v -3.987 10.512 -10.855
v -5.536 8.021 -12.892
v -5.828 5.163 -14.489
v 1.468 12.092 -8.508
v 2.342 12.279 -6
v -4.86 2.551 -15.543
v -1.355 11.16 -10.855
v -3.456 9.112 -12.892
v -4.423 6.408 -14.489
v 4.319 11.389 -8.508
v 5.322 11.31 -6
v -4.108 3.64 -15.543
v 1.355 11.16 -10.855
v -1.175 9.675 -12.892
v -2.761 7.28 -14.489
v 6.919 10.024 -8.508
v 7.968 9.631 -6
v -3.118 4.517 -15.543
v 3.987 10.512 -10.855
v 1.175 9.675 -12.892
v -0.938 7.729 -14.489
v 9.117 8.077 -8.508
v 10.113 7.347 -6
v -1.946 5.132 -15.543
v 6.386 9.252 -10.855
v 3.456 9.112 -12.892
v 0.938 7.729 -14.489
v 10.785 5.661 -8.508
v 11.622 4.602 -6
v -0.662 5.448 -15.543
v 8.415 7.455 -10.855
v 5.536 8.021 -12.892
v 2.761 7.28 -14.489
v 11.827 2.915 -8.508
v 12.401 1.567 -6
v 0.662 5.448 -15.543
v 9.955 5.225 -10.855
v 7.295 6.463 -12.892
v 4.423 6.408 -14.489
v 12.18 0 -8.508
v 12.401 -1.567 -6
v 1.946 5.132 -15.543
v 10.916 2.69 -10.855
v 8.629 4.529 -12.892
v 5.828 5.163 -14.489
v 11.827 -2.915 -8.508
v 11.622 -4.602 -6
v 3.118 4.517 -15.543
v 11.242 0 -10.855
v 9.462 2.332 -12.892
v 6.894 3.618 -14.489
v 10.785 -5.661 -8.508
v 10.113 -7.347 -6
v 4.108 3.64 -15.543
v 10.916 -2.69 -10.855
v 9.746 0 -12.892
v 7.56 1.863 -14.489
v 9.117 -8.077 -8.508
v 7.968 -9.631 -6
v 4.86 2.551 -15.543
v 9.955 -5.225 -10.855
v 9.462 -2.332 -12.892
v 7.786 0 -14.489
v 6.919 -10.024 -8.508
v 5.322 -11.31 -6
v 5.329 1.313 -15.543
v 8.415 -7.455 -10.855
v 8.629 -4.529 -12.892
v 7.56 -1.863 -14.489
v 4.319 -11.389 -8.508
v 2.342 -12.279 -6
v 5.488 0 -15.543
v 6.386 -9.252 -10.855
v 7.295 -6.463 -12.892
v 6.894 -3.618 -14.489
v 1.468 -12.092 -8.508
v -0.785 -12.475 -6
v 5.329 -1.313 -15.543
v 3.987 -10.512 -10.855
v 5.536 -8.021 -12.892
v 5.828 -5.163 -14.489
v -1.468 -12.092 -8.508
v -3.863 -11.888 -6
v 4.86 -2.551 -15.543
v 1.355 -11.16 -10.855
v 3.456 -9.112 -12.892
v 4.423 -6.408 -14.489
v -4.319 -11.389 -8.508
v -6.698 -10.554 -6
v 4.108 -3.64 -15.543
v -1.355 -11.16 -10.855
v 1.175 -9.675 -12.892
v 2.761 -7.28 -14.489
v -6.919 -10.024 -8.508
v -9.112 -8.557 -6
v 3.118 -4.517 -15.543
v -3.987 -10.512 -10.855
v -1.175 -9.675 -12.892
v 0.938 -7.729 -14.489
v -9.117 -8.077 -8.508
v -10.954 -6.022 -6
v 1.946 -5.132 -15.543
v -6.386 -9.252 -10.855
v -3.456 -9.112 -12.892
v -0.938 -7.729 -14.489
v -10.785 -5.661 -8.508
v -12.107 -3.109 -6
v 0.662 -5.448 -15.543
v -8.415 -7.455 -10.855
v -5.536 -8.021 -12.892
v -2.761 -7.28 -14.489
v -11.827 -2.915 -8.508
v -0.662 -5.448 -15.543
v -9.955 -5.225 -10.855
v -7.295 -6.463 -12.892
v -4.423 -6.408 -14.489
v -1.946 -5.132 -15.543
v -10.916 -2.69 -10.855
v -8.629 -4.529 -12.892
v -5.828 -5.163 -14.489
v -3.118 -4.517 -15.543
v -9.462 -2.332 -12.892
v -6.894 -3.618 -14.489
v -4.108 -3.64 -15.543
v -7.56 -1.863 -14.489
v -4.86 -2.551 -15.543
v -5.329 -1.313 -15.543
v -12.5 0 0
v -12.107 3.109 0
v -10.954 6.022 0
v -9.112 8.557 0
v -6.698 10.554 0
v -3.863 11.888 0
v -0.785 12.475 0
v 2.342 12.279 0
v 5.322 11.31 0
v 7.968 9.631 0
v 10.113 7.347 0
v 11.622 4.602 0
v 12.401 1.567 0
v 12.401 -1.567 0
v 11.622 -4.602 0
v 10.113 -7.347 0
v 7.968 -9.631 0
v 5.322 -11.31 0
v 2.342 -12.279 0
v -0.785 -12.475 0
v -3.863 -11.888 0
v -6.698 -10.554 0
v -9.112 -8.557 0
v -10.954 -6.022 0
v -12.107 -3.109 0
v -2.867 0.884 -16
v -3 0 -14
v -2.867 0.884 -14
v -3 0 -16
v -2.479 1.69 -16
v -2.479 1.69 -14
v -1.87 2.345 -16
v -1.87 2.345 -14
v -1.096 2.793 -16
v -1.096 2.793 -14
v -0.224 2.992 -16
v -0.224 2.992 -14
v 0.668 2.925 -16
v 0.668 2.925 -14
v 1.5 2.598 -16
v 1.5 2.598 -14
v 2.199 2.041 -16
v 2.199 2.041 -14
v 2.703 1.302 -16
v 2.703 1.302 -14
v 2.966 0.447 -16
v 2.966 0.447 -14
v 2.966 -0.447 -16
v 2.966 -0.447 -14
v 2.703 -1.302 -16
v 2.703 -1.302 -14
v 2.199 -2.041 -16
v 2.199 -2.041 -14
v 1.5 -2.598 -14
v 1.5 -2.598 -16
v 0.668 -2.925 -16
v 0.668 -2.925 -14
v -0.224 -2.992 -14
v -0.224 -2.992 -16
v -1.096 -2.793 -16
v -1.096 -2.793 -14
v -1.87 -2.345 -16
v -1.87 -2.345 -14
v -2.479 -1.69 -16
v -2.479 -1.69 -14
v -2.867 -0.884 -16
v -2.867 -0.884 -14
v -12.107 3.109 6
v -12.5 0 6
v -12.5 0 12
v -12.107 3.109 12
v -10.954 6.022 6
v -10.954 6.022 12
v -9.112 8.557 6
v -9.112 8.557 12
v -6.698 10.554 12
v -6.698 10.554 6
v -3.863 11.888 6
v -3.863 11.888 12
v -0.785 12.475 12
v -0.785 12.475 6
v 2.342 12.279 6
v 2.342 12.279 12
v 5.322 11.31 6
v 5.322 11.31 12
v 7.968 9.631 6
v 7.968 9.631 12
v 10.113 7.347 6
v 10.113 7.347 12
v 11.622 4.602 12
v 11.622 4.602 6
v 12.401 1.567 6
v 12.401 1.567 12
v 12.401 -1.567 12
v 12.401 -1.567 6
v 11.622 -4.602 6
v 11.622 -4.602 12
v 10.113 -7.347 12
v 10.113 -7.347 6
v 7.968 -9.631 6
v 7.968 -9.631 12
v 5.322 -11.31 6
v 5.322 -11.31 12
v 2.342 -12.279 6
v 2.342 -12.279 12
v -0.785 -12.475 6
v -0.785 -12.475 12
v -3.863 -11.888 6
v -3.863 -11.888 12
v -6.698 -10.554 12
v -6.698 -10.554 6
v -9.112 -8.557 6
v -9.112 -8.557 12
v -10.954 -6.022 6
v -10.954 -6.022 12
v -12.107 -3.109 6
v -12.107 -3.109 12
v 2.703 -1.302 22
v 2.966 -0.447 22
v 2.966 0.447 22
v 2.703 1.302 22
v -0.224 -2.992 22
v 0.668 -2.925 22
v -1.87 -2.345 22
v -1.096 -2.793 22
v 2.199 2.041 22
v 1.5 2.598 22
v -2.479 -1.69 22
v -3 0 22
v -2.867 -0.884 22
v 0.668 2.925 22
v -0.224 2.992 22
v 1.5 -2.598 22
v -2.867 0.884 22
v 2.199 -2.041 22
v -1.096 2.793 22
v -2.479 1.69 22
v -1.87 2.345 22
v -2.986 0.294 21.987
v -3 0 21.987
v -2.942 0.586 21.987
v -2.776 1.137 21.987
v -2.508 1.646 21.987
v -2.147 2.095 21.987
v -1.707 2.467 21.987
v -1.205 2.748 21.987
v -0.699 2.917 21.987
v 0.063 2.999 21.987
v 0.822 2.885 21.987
* * *
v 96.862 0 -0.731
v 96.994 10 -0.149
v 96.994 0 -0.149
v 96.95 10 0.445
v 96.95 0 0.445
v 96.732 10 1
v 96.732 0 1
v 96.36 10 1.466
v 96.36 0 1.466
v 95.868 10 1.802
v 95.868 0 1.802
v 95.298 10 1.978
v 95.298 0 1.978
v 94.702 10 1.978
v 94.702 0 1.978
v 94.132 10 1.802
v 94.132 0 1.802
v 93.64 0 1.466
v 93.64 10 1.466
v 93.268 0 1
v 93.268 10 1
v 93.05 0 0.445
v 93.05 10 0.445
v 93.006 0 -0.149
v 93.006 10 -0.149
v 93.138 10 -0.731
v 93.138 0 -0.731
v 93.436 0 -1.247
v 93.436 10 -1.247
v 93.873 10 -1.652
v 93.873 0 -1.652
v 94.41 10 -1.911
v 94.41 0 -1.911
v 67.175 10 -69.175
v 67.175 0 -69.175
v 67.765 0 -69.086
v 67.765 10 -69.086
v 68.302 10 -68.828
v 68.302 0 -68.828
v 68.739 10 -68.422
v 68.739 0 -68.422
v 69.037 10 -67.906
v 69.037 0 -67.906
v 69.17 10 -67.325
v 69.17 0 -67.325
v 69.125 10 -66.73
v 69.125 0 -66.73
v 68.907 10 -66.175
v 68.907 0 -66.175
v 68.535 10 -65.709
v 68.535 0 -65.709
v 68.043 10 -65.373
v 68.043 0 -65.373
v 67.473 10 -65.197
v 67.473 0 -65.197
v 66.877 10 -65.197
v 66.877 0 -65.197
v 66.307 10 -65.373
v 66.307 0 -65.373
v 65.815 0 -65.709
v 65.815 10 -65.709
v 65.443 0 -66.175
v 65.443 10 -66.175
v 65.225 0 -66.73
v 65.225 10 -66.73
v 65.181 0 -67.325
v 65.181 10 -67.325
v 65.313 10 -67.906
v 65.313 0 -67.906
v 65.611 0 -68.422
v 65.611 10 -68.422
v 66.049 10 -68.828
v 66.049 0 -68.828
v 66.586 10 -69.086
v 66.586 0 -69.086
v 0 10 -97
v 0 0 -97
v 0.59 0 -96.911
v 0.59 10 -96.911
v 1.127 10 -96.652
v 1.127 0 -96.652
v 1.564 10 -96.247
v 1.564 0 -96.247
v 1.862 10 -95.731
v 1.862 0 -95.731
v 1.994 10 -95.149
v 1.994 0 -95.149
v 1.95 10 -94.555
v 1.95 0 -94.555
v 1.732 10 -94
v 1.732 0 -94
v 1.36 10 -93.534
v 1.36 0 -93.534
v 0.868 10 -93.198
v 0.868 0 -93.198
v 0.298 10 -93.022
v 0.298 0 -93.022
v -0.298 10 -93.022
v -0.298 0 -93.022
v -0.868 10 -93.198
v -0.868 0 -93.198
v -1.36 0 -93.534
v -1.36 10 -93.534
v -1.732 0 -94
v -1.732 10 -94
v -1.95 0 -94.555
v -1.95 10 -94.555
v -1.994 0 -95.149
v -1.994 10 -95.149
--
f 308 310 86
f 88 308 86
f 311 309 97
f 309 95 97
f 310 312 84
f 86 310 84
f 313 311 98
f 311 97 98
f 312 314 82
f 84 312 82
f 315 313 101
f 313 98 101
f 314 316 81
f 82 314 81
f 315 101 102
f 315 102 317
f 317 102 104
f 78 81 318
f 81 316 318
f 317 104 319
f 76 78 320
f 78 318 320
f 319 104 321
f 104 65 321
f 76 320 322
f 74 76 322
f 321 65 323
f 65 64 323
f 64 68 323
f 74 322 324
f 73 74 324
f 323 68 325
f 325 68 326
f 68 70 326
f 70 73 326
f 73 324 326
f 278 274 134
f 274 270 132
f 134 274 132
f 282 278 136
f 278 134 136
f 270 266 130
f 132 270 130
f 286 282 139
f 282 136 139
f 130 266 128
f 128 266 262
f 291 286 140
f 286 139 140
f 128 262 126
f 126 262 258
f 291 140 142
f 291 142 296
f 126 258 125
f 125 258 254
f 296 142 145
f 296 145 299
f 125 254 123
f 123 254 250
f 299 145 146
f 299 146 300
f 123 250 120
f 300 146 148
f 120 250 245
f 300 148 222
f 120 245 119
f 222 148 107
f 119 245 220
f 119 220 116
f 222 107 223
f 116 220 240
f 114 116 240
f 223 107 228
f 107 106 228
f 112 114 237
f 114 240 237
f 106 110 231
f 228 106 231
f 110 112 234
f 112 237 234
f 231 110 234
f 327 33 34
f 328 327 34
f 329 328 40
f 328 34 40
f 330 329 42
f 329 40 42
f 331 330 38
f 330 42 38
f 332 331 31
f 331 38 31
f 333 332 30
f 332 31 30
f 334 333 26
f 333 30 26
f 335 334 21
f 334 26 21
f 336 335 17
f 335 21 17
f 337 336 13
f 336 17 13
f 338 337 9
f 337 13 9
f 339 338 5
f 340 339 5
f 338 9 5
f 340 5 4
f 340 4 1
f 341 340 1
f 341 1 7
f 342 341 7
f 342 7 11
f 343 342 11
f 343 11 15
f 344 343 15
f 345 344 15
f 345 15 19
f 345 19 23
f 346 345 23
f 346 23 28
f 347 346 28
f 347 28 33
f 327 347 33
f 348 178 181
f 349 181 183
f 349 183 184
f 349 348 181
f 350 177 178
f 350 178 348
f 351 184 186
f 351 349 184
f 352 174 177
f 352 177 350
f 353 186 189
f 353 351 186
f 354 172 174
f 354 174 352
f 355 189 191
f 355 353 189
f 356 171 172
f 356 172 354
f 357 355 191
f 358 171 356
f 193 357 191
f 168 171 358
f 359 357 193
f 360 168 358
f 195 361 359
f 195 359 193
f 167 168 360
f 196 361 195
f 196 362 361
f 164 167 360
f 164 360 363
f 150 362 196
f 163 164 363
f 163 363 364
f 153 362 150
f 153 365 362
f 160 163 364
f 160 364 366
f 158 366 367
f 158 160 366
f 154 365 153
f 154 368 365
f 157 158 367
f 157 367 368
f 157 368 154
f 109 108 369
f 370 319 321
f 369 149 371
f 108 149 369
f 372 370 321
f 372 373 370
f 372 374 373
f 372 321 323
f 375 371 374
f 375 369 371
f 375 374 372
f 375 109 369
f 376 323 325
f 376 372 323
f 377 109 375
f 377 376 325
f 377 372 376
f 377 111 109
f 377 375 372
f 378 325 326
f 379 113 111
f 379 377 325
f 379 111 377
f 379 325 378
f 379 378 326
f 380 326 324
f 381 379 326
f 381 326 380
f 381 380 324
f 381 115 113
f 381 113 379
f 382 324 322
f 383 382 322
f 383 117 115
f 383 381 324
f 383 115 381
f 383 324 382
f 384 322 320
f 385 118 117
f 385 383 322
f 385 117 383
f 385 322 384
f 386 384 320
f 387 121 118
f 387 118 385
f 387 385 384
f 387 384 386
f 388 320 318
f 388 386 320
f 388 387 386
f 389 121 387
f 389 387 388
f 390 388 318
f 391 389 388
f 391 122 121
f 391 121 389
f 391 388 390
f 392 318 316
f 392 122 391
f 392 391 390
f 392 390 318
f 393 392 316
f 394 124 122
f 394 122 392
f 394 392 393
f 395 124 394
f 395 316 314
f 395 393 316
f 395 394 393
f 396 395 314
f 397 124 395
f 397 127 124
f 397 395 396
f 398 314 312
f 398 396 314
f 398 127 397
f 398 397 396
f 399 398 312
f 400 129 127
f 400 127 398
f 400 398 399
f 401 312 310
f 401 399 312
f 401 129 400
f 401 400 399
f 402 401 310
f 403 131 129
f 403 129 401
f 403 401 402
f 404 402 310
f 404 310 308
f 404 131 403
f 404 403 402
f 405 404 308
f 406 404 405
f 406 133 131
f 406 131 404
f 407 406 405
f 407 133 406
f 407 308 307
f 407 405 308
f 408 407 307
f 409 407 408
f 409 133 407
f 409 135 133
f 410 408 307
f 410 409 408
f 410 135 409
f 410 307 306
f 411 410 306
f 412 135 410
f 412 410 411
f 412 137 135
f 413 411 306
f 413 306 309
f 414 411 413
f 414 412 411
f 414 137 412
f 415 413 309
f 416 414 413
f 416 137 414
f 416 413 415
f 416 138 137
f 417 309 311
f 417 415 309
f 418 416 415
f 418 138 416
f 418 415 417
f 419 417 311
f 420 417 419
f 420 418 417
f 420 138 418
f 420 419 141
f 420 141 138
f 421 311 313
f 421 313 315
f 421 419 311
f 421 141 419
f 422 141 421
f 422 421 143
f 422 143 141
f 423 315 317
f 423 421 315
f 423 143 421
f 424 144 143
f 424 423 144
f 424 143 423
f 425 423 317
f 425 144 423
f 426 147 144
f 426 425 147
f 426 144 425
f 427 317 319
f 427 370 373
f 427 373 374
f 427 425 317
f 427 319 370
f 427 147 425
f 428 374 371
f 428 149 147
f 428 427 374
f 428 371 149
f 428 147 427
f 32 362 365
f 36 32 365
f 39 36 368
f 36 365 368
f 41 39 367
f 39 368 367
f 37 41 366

Goal of the exercise:
From the line containing "v -3.987 10.512 -10.855" down to the line containing "v 1.946 -5.132 -15.543" in the material above, reproduce every line exactly, including the two end lines.

Output of the exercise:
v -3.987 10.512 -10.855
v -5.536 8.021 -12.892
v -5.828 5.163 -14.489
v 1.468 12.092 -8.508
v 2.342 12.279 -6
v -4.86 2.551 -15.543
v -1.355 11.16 -10.855
v -3.456 9.112 -12.892
v -4.423 6.408 -14.489
v 4.319 11.389 -8.508
v 5.322 11.31 -6
v -4.108 3.64 -15.543
v 1.355 11.16 -10.855
v -1.175 9.675 -12.892
v -2.761 7.28 -14.489
v 6.919 10.024 -8.508
v 7.968 9.631 -6
v -3.118 4.517 -15.543
v 3.987 10.512 -10.855
v 1.175 9.675 -12.892
v -0.938 7.729 -14.489
v 9.117 8.077 -8.508
v 10.113 7.347 -6
v -1.946 5.132 -15.543
v 6.386 9.252 -10.855
v 3.456 9.112 -12.892
v 0.938 7.729 -14.489
v 10.785 5.661 -8.508
v 11.622 4.602 -6
v -0.662 5.448 -15.543
v 8.415 7.455 -10.855
v 5.536 8.021 -12.892
v 2.761 7.28 -14.489
v 11.827 2.915 -8.508
v 12.401 1.567 -6
v 0.662 5.448 -15.543
v 9.955 5.225 -10.855
v 7.295 6.463 -12.892
v 4.423 6.408 -14.489
v 12.18 0 -8.508
v 12.401 -1.567 -6
v 1.946 5.132 -15.543
v 10.916 2.69 -10.855
v 8.629 4.529 -12.892
v 5.828 5.163 -14.489
v 11.827 -2.915 -8.508
v 11.622 -4.602 -6
v 3.118 4.517 -15.543
v 11.242 0 -10.855
v 9.462 2.332 -12.892
v 6.894 3.618 -14.489
v 10.785 -5.661 -8.508
v 10.113 -7.347 -6
v 4.108 3.64 -15.543
v 10.916 -2.69 -10.855
v 9.746 0 -12.892
v 7.56 1.863 -14.489
v 9.117 -8.077 -8.508
v 7.968 -9.631 -6
v 4.86 2.551 -15.543
v 9.955 -5.225 -10.855
v 9.462 -2.332 -12.892
v 7.786 0 -14.489
v 6.919 -10.024 -8.508
v 5.322 -11.31 -6
v 5.329 1.313 -15.543
v 8.415 -7.455 -10.855
v 8.629 -4.529 -12.892
v 7.56 -1.863 -14.489
v 4.319 -11.389 -8.508
v 2.342 -12.279 -6
v 5.488 0 -15.543
v 6.386 -9.252 -10.855
v 7.295 -6.463 -12.892
v 6.894 -3.618 -14.489
v 1.468 -12.092 -8.508
v -0.785 -12.475 -6
v 5.329 -1.313 -15.543
v 3.987 -10.512 -10.855
v 5.536 -8.021 -12.892
v 5.828 -5.163 -14.489
v -1.468 -12.092 -8.508
v -3.863 -11.888 -6
v 4.86 -2.551 -15.543
v 1.355 -11.16 -10.855
v 3.456 -9.112 -12.892
v 4.423 -6.408 -14.489
v -4.319 -11.389 -8.508
v -6.698 -10.554 -6
v 4.108 -3.64 -15.543
v -1.355 -11.16 -10.855
v 1.175 -9.675 -12.892
v 2.761 -7.28 -14.489
v -6.919 -10.024 -8.508
v -9.112 -8.557 -6
v 3.118 -4.517 -15.543
v -3.987 -10.512 -10.855
v -1.175 -9.675 -12.892
v 0.938 -7.729 -14.489
v -9.117 -8.077 -8.508
v -10.954 -6.022 -6
v 1.946 -5.132 -15.543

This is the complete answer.